The Bank of England’s Monetary Policy Committee (MPC) voted by a majority of 5-4 to reduce the base rate to 4% at its August meeting(1).
Four members of the committee had voted instead to maintain it at 4.25%.
In setting out the context to the vote, the MPC said: ‘There has been substantial disinflation over the past two and a half years, following previous external shocks, supported by the restrictive stance of monetary policy. That progress has allowed for reductions in Bank Rate over the past year.
‘The Committee remains focused on squeezing out any existing or emerging persistent inflationary pressures, to return inflation sustainably to its 2% target in the medium term.’
Reacting to the decision, Dr David Crosthwaite, chief economist at BCIS, said: ‘As widely anticipated, the Bank of England cut the base rate by 25 basis points, but will it be enough to stimulate the construction sector, or is it too little too late?
‘The investment climate continues to soften and with talk of a fiscal black hole to be filled in the Autumn Budget, there seems to be little appetite for construction currently.
‘Despite the government’s recent announcements, the anticipated uptick in demand just doesn’t seem to be materialising and, given issues in the wider economy, we might have to wait a bit longer to see demand recover.
‘Investors seem to be holding off, with a wait and see attitude until after the Budget. We can only hope that the reduction to the cost of borrowing announced today will spur some investment in fixed assets sooner rather than later.’
The committee reported on various factors in the construction sector that influenced the vote.
They said while annual growth in private new housing construction output turned positive in late 2024, having been negative since early 2023, growth in housing investment is likely to remain subdued, relative to historical norms, over the coming year.
Insight gathered by Bank of England agents – representatives who liaise closely with local businesses to monitor economic conditions across sectors – pointed to subdued sentiment in construction as well as other sectors, with weak demand expected to continue throughout the rest of 2025.
The committee reported: ‘A few construction suppliers to house builders are seeing modest order growth, but other output is flat or falling as projects, for example in the renewables sector, continue to be delayed.
‘The annual pace of decline in construction output is slightly worse, mainly due to a further softening in commercial activity. While the medium-term outlook is positive, some remain cautious about the extent of recovery in 2026.

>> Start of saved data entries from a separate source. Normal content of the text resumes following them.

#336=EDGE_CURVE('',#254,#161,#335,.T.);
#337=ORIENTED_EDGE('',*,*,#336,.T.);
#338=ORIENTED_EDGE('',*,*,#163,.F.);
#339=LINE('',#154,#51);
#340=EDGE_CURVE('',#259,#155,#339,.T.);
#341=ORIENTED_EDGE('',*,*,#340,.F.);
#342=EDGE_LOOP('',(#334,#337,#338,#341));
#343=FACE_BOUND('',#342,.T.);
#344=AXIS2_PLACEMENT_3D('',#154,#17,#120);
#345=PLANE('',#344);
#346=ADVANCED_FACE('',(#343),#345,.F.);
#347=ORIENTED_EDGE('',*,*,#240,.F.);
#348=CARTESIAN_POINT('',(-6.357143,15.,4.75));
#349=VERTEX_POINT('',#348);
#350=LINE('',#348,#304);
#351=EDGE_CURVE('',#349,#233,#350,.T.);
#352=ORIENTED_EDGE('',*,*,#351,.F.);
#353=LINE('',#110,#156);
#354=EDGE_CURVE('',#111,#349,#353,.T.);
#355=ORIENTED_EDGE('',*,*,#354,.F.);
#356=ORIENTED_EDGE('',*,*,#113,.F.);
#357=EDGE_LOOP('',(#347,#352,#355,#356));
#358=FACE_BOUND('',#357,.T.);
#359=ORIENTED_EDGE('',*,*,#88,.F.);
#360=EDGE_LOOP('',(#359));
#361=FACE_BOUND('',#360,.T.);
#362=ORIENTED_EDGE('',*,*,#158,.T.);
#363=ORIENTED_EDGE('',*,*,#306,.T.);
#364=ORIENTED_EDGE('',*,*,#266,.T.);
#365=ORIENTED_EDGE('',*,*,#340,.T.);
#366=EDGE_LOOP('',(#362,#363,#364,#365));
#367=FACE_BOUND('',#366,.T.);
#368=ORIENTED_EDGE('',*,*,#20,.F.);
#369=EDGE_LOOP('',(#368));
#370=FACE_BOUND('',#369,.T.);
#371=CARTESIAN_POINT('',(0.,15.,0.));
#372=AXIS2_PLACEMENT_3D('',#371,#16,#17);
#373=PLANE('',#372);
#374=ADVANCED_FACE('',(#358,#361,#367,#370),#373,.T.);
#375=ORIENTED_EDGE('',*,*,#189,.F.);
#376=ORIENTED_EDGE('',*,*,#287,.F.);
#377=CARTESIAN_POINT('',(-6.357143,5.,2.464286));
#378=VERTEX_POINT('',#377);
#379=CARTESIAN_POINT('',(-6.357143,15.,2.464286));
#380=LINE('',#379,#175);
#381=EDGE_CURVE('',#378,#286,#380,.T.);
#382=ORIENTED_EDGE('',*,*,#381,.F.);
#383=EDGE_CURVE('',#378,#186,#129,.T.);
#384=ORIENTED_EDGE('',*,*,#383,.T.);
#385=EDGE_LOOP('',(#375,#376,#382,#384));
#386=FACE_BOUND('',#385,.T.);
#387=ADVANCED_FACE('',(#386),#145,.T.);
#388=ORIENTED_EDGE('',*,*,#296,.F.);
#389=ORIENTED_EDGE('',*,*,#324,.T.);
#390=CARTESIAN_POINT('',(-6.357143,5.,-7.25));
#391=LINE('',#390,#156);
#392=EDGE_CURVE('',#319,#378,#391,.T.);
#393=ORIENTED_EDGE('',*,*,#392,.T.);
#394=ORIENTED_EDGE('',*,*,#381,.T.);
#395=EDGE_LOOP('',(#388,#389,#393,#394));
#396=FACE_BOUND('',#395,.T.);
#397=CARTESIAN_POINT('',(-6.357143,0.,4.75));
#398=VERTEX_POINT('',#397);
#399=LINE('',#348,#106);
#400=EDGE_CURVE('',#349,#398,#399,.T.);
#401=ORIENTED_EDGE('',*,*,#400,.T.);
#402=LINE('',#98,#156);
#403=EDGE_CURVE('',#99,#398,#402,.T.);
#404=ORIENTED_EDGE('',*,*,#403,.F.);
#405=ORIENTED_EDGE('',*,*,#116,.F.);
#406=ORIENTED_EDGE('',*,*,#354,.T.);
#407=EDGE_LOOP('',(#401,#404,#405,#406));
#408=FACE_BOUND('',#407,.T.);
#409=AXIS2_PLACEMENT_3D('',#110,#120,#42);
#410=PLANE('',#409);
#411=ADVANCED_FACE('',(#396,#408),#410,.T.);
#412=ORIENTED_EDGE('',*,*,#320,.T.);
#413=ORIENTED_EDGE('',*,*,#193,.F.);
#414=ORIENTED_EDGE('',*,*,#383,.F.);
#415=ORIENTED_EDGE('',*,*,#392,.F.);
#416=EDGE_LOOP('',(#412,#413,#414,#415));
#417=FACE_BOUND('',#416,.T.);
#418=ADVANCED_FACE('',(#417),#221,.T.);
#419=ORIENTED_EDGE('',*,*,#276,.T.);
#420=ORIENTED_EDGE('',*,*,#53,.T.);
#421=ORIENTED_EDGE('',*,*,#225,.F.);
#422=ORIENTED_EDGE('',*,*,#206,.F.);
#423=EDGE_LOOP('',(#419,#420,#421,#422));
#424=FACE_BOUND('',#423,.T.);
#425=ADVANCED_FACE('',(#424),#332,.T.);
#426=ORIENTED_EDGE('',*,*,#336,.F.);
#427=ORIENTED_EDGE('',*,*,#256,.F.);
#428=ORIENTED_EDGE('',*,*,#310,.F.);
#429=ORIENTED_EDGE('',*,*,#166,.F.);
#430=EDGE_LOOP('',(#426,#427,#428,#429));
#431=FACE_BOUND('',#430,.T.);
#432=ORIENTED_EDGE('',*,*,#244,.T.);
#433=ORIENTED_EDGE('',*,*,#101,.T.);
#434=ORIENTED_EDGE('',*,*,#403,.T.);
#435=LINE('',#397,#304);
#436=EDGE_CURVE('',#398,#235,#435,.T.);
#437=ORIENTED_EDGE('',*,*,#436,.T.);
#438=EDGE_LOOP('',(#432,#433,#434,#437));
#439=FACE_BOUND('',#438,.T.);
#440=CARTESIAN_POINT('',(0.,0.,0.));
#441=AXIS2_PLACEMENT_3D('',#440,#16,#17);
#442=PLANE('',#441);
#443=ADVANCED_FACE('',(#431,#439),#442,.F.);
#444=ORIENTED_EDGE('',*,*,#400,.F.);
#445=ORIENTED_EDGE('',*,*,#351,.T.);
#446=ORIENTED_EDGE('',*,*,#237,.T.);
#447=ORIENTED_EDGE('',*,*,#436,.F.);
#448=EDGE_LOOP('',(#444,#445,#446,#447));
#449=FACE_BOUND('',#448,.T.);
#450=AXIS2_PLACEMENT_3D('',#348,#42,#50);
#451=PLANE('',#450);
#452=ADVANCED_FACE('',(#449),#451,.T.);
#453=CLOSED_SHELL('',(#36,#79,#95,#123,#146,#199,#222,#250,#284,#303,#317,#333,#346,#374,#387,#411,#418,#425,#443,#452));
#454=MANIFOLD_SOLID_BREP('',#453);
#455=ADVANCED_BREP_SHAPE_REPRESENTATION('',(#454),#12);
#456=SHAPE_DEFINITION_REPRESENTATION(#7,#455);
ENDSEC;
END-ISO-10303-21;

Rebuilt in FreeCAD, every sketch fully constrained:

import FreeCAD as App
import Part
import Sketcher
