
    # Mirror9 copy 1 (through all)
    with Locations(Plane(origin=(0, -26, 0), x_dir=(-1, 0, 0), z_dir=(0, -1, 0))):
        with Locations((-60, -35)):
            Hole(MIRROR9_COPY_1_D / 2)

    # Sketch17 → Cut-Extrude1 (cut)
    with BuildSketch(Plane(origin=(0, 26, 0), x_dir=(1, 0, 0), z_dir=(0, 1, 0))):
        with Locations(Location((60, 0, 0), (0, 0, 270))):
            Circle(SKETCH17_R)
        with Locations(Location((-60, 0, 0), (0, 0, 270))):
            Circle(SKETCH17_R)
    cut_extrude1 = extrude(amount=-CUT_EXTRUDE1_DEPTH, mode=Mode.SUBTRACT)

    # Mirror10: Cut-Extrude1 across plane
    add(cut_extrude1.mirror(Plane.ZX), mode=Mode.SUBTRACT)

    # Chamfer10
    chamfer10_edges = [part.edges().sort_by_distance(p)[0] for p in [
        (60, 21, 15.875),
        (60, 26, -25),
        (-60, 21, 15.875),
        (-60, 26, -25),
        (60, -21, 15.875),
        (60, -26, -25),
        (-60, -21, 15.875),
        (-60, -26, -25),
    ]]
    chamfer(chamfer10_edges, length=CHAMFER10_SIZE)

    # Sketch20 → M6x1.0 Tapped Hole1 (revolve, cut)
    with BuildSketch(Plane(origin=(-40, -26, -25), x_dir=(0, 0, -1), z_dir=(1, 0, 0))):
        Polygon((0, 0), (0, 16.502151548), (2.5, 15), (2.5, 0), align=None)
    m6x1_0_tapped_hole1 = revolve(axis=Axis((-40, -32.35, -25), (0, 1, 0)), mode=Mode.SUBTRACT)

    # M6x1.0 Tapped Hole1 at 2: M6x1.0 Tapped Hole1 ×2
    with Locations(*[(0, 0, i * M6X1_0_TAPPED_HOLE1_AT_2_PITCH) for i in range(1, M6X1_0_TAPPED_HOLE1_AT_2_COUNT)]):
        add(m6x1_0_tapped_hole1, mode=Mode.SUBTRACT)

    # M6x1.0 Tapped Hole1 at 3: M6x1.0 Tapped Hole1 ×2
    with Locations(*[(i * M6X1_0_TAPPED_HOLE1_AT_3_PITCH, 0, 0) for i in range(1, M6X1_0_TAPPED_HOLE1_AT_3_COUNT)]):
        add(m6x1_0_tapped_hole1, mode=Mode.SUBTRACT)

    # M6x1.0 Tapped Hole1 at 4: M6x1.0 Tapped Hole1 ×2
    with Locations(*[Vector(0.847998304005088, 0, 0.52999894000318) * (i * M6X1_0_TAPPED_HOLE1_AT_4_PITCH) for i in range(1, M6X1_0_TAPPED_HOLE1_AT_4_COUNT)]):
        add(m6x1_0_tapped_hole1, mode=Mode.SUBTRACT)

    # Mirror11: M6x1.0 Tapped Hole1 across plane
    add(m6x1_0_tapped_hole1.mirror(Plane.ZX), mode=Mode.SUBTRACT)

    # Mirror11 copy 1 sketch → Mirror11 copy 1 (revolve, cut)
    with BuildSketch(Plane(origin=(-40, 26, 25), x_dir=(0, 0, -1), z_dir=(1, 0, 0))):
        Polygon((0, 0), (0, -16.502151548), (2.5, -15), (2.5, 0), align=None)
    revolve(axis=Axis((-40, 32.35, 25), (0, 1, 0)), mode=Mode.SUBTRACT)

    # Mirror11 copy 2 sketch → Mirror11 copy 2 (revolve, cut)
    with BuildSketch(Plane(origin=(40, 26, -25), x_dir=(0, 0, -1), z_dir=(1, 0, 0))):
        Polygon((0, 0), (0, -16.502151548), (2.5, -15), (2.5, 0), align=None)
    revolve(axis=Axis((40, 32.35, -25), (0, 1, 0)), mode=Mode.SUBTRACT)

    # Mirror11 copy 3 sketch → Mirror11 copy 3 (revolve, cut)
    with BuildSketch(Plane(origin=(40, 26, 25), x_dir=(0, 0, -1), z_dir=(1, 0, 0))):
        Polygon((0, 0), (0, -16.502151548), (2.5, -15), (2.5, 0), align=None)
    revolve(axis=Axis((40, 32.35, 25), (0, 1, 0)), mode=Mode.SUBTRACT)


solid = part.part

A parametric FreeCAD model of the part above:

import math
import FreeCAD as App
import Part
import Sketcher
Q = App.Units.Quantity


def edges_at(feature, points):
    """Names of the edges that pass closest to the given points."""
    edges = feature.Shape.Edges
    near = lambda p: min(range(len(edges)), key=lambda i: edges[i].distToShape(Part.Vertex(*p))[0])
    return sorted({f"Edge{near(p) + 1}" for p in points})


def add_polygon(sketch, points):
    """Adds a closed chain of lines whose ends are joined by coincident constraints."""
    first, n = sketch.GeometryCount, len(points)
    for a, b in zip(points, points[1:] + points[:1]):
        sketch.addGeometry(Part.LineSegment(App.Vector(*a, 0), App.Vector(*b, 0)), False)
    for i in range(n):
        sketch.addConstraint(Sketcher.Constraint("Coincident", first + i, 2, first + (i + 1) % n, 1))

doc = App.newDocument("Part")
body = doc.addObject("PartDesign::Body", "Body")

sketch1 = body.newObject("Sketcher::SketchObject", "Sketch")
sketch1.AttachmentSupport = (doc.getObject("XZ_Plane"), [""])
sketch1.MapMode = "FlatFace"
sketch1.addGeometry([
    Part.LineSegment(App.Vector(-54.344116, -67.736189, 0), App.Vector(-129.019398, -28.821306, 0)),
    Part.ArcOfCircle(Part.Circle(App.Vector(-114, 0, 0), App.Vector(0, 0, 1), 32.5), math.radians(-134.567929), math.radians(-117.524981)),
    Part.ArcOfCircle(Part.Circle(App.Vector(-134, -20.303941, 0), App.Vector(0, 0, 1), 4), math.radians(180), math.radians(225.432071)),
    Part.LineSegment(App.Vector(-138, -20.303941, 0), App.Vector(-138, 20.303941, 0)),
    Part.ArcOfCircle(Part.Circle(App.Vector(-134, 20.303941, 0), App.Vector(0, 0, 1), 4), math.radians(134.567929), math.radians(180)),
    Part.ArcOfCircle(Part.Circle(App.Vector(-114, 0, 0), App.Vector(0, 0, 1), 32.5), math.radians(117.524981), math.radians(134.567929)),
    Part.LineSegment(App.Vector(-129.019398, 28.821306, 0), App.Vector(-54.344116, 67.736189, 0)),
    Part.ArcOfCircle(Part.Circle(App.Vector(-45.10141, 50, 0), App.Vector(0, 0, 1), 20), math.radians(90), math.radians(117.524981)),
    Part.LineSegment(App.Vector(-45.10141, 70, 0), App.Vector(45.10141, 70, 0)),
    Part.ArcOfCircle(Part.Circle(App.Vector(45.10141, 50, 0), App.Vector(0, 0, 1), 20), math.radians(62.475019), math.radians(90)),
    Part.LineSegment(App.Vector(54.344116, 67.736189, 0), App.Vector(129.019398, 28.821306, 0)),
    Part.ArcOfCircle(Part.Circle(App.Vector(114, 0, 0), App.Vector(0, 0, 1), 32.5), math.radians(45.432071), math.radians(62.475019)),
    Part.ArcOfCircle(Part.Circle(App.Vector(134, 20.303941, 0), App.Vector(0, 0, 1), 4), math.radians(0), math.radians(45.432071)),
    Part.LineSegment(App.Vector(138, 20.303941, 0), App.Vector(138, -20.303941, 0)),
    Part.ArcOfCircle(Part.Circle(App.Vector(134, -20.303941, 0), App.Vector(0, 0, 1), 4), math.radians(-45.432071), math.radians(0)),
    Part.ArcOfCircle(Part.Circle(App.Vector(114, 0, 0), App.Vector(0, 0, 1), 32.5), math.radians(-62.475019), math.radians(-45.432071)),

‘Commercial construction projects continue to be delayed or shelved, alongside a more general slowing in commercial activity. Contacts reported delays to public sector projects ahead of the Spending Review. While the review has increased clarity around government and infrastructure projects, some remain concerned that these delays will persist.
‘House builders now mostly report growth in new build rates, despite frequent mention of planning delays. High-rise development is hampered by new planning regulations and higher costs. Housing association spending remains focused on repair and maintenance. Outside of the High Speed 2 rail network and the Hinkley Point power station, infrastructure spending remains subdued for the most part.’
The MPC’s next vote will be published on Thursday 18 September 2025.